Une bonne centaine de Fribourgeois ont fait le déplacement des JMJ à Paris

APIC – Reportage

La joie d’être chrétien, tout simplement

Jacques Berset, Agence APIC

Paris/Fribourg, 25 août 1997 (APIC) Folle ambiance, dimanche soir, sur les quais de la gare de Lausanne, quand débarque du TGV spécial en provenance de Paris une partie du contingent romand qui a participé aux XIIe Journées Mondiales de la Jeunesse. Les désormais fameuses «JMJ», auxquelles ont pris part quelque 1200 Suisses, dont 700 Romands, ont mis Paris sans dessus-dessous pendant toute une semaine. Plus d’un million de fidèles autour du pape Jean Paul II dimanche matin à l’hippodrome de Longchamp.

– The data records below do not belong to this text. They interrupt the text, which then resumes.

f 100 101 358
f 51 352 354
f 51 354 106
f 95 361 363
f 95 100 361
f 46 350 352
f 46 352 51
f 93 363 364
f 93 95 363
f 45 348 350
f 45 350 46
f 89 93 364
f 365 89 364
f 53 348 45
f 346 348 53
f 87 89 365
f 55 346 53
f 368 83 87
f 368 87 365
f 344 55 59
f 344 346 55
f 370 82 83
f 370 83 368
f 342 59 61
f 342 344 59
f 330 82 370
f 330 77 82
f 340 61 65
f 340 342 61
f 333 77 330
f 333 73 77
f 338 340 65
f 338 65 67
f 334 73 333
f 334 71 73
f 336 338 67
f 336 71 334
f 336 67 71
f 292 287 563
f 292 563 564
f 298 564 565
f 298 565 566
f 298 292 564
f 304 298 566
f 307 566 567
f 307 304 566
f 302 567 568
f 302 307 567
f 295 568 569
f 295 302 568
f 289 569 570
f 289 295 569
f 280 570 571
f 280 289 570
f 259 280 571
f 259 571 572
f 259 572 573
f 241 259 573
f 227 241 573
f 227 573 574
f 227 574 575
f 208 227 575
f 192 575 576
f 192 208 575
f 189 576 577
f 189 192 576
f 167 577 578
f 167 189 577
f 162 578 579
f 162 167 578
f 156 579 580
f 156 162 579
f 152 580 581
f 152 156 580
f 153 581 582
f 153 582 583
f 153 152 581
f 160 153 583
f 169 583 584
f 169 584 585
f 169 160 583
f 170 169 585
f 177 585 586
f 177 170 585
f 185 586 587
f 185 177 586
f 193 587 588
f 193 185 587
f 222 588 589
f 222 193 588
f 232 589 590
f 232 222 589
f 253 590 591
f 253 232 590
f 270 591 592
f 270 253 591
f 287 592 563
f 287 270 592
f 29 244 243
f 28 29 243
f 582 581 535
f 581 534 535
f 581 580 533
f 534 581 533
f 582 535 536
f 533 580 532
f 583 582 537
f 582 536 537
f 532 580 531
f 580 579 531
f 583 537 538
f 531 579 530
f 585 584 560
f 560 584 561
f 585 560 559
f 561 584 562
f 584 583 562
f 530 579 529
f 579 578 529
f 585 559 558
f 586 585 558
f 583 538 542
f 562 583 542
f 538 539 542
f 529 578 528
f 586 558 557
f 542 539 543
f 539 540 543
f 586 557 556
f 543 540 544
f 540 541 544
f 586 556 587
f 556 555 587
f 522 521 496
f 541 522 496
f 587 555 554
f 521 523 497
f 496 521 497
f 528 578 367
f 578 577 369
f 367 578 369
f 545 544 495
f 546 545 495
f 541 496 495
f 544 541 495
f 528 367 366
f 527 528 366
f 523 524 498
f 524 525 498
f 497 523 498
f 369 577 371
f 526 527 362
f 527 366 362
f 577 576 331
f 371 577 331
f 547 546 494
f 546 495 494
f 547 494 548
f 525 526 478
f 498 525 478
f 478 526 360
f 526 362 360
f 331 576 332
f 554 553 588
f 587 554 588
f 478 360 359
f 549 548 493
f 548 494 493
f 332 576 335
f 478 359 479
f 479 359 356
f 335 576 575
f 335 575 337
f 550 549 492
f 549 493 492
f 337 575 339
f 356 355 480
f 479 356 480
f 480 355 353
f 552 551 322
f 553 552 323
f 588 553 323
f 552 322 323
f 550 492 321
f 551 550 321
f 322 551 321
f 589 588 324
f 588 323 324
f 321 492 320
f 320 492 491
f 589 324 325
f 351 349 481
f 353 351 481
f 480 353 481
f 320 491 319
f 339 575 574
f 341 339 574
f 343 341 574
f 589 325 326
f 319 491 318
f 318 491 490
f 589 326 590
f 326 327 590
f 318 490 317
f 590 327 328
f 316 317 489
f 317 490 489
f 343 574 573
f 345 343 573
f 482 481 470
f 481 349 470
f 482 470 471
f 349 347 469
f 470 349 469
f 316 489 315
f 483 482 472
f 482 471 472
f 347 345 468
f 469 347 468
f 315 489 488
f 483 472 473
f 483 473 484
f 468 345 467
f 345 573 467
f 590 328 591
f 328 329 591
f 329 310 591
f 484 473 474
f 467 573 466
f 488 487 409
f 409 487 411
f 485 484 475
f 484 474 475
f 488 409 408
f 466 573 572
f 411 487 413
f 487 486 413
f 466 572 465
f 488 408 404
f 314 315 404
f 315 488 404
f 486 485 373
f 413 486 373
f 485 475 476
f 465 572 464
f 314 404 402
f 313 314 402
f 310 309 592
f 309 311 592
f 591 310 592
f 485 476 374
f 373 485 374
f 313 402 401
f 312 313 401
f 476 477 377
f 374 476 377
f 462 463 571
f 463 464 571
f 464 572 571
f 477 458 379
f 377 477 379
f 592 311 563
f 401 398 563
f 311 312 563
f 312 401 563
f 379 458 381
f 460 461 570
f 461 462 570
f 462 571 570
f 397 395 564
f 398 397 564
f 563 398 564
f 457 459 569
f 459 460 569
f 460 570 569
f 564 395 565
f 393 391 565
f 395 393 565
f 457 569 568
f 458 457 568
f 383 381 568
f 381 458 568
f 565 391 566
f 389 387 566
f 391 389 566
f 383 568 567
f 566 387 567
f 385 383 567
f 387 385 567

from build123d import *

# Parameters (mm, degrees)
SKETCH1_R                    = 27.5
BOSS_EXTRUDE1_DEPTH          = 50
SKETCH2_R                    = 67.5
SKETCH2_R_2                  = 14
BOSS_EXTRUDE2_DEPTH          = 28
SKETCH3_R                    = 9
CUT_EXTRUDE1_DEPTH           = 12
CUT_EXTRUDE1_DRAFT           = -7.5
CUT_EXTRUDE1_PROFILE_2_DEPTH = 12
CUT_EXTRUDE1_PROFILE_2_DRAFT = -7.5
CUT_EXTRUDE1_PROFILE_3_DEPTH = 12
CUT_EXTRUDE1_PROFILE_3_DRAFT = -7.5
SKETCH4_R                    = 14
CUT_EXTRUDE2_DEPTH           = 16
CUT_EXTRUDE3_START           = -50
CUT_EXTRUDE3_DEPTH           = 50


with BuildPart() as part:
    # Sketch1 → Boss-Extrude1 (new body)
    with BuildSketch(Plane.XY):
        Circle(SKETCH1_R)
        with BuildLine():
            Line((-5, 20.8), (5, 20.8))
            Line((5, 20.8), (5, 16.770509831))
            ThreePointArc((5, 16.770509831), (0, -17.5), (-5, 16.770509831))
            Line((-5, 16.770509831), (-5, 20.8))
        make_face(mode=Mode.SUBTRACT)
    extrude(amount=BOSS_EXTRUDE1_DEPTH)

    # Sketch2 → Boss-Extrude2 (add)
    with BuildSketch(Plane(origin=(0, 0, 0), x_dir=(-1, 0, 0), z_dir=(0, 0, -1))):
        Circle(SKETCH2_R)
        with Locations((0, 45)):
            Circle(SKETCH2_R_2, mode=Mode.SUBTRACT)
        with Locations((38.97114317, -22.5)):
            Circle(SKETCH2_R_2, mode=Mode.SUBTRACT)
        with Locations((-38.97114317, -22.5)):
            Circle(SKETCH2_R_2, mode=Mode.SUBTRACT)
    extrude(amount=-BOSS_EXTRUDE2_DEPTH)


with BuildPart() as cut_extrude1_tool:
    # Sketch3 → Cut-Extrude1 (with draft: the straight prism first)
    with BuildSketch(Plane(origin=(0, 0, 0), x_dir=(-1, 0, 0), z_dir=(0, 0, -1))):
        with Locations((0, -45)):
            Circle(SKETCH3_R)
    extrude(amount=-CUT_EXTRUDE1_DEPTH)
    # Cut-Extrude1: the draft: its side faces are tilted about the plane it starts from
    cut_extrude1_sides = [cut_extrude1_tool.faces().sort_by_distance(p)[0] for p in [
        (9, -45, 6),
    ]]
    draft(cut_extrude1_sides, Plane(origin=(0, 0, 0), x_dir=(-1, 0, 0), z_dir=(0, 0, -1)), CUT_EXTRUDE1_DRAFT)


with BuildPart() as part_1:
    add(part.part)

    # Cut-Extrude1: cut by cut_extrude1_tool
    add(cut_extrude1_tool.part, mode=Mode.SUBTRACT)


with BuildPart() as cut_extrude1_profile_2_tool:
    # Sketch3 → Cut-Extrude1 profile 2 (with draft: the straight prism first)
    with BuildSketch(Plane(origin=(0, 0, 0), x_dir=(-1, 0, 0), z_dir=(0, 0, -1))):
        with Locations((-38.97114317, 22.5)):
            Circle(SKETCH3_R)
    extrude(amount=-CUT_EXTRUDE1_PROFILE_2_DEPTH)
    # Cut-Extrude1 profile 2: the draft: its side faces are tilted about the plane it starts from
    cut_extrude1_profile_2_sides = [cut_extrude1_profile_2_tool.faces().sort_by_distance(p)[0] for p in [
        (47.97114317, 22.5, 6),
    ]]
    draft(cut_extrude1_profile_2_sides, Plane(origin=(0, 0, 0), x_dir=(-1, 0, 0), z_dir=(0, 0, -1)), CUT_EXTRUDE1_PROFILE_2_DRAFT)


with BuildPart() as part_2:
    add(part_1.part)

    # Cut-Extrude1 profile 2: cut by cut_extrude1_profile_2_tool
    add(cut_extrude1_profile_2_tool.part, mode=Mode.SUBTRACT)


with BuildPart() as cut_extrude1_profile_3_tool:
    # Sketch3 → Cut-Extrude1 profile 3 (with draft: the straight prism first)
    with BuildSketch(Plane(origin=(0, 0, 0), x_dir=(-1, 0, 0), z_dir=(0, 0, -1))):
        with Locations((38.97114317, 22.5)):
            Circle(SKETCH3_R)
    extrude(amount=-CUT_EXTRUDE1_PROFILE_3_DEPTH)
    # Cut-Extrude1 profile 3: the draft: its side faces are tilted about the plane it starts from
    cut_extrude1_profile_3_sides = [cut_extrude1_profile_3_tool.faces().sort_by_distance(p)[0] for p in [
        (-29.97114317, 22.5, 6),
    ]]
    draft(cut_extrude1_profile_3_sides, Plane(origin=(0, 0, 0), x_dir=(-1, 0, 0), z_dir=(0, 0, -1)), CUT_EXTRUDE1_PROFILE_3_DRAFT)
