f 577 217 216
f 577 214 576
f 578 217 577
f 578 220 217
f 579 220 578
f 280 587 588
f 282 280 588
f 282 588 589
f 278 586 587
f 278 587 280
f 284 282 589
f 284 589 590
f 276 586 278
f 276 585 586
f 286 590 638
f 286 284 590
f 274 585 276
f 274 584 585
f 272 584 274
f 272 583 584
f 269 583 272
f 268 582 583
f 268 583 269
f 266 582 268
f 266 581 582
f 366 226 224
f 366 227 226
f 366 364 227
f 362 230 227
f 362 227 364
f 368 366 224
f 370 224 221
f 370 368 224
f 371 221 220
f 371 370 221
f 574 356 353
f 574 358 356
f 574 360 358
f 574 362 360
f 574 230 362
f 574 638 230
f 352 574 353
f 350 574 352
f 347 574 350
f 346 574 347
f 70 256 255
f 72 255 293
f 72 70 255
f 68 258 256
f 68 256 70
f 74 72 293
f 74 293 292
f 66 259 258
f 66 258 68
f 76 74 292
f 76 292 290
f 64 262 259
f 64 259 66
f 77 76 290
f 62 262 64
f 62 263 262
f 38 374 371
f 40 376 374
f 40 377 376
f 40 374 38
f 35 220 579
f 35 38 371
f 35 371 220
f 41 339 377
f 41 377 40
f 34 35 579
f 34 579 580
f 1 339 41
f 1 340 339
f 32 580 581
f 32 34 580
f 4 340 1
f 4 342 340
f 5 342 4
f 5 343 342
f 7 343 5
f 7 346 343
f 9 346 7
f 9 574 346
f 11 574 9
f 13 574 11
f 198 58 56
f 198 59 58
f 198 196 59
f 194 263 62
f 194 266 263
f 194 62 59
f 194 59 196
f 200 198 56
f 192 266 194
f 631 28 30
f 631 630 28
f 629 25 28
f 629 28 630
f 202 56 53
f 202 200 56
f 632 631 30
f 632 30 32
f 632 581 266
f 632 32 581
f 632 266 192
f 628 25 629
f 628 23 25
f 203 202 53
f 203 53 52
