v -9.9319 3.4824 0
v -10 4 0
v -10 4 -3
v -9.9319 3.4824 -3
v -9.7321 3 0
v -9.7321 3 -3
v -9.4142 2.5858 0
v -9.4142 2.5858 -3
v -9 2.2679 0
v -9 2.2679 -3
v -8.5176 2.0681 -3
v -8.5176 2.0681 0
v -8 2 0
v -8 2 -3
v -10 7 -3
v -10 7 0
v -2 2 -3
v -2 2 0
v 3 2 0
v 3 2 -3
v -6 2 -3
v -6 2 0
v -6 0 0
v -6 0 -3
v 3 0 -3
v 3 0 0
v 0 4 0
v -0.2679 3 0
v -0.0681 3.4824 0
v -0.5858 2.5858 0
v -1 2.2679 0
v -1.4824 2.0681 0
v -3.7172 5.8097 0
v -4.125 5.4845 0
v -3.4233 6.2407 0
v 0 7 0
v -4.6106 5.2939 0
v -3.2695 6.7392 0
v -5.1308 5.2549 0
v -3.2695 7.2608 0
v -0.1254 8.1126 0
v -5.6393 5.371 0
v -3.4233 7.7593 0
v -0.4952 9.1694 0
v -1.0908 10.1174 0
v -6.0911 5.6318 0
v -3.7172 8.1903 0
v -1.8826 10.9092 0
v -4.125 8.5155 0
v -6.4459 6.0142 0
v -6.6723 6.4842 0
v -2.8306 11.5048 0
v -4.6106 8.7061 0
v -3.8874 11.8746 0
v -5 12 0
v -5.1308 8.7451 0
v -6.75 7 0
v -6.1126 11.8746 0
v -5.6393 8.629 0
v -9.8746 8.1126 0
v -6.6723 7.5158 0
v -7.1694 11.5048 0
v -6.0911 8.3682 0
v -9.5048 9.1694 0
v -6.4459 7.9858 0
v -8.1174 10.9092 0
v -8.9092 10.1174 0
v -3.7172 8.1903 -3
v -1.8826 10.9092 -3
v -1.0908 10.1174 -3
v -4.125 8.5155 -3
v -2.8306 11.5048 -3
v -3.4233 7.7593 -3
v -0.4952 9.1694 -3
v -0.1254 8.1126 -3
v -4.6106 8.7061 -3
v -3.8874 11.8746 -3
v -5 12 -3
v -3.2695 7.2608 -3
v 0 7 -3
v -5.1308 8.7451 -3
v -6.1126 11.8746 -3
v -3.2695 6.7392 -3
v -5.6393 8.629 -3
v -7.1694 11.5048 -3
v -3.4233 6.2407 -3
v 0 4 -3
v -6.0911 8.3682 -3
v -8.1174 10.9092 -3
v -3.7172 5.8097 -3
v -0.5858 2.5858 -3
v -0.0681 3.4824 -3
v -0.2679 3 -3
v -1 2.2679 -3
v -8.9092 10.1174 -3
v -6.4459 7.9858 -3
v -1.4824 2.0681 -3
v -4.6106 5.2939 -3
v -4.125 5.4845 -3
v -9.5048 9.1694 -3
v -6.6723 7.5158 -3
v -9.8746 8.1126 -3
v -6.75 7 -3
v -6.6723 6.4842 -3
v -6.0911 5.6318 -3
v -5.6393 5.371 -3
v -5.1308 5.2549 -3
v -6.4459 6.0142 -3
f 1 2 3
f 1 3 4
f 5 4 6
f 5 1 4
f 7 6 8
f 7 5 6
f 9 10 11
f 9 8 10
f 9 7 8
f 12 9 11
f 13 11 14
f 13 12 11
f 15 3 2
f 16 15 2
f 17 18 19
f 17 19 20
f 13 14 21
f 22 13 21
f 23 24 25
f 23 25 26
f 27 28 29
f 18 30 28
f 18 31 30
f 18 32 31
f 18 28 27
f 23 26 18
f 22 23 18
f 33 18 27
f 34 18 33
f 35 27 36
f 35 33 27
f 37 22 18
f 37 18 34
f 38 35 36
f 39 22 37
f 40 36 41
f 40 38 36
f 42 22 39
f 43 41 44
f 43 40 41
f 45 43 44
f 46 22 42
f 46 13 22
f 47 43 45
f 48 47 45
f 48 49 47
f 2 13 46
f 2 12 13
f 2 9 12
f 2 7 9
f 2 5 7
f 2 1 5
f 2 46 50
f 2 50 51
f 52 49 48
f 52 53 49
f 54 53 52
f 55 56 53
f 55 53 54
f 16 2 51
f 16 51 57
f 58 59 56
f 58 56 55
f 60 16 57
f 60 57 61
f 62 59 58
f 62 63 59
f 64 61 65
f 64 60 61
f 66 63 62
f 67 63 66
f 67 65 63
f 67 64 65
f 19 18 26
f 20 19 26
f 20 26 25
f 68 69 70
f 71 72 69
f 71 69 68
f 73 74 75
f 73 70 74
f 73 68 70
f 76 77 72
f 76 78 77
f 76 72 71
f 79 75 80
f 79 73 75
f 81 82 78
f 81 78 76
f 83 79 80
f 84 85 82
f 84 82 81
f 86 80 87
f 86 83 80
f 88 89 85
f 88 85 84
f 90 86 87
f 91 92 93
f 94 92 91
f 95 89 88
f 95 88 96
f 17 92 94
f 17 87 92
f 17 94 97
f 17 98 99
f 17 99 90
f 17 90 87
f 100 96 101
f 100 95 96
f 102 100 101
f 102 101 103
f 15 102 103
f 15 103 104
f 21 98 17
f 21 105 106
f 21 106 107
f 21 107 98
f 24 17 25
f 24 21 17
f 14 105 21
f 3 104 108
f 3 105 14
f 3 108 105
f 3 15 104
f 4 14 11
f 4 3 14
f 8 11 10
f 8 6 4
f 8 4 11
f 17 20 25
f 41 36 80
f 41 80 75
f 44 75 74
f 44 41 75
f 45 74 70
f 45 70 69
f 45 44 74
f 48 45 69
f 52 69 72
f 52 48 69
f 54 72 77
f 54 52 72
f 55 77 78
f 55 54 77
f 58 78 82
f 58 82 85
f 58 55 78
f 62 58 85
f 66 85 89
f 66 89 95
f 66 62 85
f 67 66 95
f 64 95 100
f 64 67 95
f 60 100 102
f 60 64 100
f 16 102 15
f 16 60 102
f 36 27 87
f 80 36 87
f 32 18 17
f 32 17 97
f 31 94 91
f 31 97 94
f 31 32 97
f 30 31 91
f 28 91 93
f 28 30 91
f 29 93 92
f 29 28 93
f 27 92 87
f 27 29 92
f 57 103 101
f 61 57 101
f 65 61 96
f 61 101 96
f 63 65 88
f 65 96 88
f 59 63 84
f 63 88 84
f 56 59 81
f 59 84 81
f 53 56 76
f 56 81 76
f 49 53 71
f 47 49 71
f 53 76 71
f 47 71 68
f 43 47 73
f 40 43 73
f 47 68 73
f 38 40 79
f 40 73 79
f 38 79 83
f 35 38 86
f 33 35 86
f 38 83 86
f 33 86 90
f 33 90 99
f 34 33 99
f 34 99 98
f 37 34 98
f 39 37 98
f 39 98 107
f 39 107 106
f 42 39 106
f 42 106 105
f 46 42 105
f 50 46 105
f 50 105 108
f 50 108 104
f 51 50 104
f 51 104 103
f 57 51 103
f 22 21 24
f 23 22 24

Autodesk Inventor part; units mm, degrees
ref_plane "YZ Plane" through (0, 0, 0) normal (1, 0, 0) x (0, 1, 0)
ref_plane "XZ Plane" through (0, 0, 0) normal (0, 1, 0) x (-1, 0, 0)
ref_plane "XY Plane" through (0, 0, 0) normal (0, 0, 1) x (1, 0, 0)
sketch "Sketch1" plane through (0, 0, 0) normal (0, 1, 0) x (-1, 0, 0)
  line L0 (0, 0) -> (0, -3)
  line L1 (0, -3) -> (10, -3)
  line L2 (10, -3) -> (10, 0)
  line L3 (10, 0) -> (0, 0)
  dimension "d0" = 3
  dimension "d1" = 10
  dimension "d2" = 90
  dimension "d3" = 3
extrude "Extrusion1" add sketch "Sketch1" along normal blind 12
sketch "Sketch4" plane through (0, 0, -3) normal (0, 0, -1) x (-1, 0, 0)
  line L0 (0, 0) -> (0, 2)
  line L1 (0, 0) -> (0, 12) projected
  line L2 (0, 2) -> (4, 2)
  line L3 (10, 0) -> (10, 12) projected
  line L4 (4, 2) -> (0, 0)
  line L5 (0, 0) -> (10, 0) projected
  line L6 (10, 0) -> (10, 2)
  line L7 (10, 2) -> (6, 2)
  line L8 (6, 2) -> (10, 0)
  line L9 (4, 2) -> (6, 2)
  line L10 (6, 2) -> (6, 0)
  line L11 (4, 2) -> (4, 0)
  line L12 (4, 0) -> (6, 0)
  dimension "d9" = 2
  dimension "d10" = 4
  dimension "d11" = 2
  dimension "d12" = 4
extrude "Extrusion3" cut sketch "Sketch4" against normal up to surface (3 mm away) contours L0 L2 L4 | L4 L11 L5 | L7 L3 L8 | L8 L5 L10
sketch "Sketch6" plane through (0, 12, -3) normal (0, 0, -1) x (-1, 0, 0)
  line L0 (0, -10) -> (0, 0) projected
  line L1 (0, -5) -> (10, -5)
  line L2 (10, -10) -> (10, 0) projected
  line L3 (0, 0) -> (10, 0) projected
  line L4 (5, 0) -> (5, -10)
  circle A0 centre (5, -5) radius 1.75
  point P0 (0, -12)
  dimension "d15" = 3.5
extrude "Extrusion4" cut sketch "Sketch6" against normal up to surface (3 mm away) contours A0 L4 L1 | L1 L4 A0 | L4 A0 L1 | L1 A0 L4
fillet "Fillet1" radius 2 4 edges at (0, 12, -1.5) (0, 2, -1.5) (-10, 12, -1.5) (-10, 2, -1.5)
sketch "Sketch7" plane through (-8, 12, 0) normal (0, 0, 1) x (1, 0, 0)
  circle A0 centre (3, -5) radius 1.75 projected
  arc A1 (8, -2) -> (6, 0) centre (6, -2) ccw projected
  circle A2 centre (3, -5) radius 5
  line L0 (6, 0) -> (0, 0) projected
  line L1 (2, -12) -> (4, -12) projected
  line L2 (4, -10) -> (6, -10) projected
  arc A3 (6, -10) -> (8, -8) centre (6, -8) ccw projected
  line L3 (8, -8) -> (8, -2) projected
  arc A4 (8, -2) -> (6, 0) centre (6, -2) ccw projected
  line L4 (0, 0) -> (6, 0) projected
  arc A5 (0, 0) -> (-2, -2) centre (0, -2) ccw projected
  line L5 (-2, -8) -> (-2, -2) projected
  arc A6 (-2, -8) -> (0, -10) centre (0, -8) ccw projected
  line L6 (0, -10) -> (2, -10) projected
  circle A7 centre (3, -5) radius 1.75 projected
  line L7 (2, -10) -> (2, -12) projected
  line L8 (4, -12) -> (4, -10) projected
  point P0 (8, -12)
  point P1 (-2, -5)
  point P2 (3, 0)
  point P3 (8, -5)
  point P4 (8, -2)
extrude "Extrusion5" cut sketch "Sketch7" against normal up to surface (3 mm away) contours L3 A2 L0 A1 | A2 L5 A5 L0
sketch "Sketch8" plane through (-4, 0, -3) normal (1, 0, 0) x (0, 0, -1)
  line L0 (0, 2) -> (0, 0) projected
  line L1 (-3, 0) -> (-3, 2) projected
  line L2 (0, 0) -> (-3, 0)
  line L3 (-3, 0) -> (-3, 2)
  line L4 (-3, 2) -> (0, 2)
  line L5 (0, 2) -> (0, 0)
extrude "Extrusion6" add sketch "Sketch8" along normal blind 7
properties part number "Knuckle Attachment SMALL HOLE"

Dans l’attente de l’Intercity de 22h02 à destination de Fribourg, sous l’œil amusé de deux agents de surveillance des CFF en patrouille, une sarabande de jeunes sac au dos, harassés, à la limite de l’extinction de voix, chante à tue-tête. De «Ressucito», «L’amour de Dieu est si merveilleux…» à «Sh’ma Israël» et «Hinneh ma tov», aux accents hébraïques, on passe sans grande transition à «Sentiers valaisans» et «A Moléson». On les repère vite, des Fribourgeois et des Valaisans, surtout, qui mettent la gare en fête avec des «Alléluias».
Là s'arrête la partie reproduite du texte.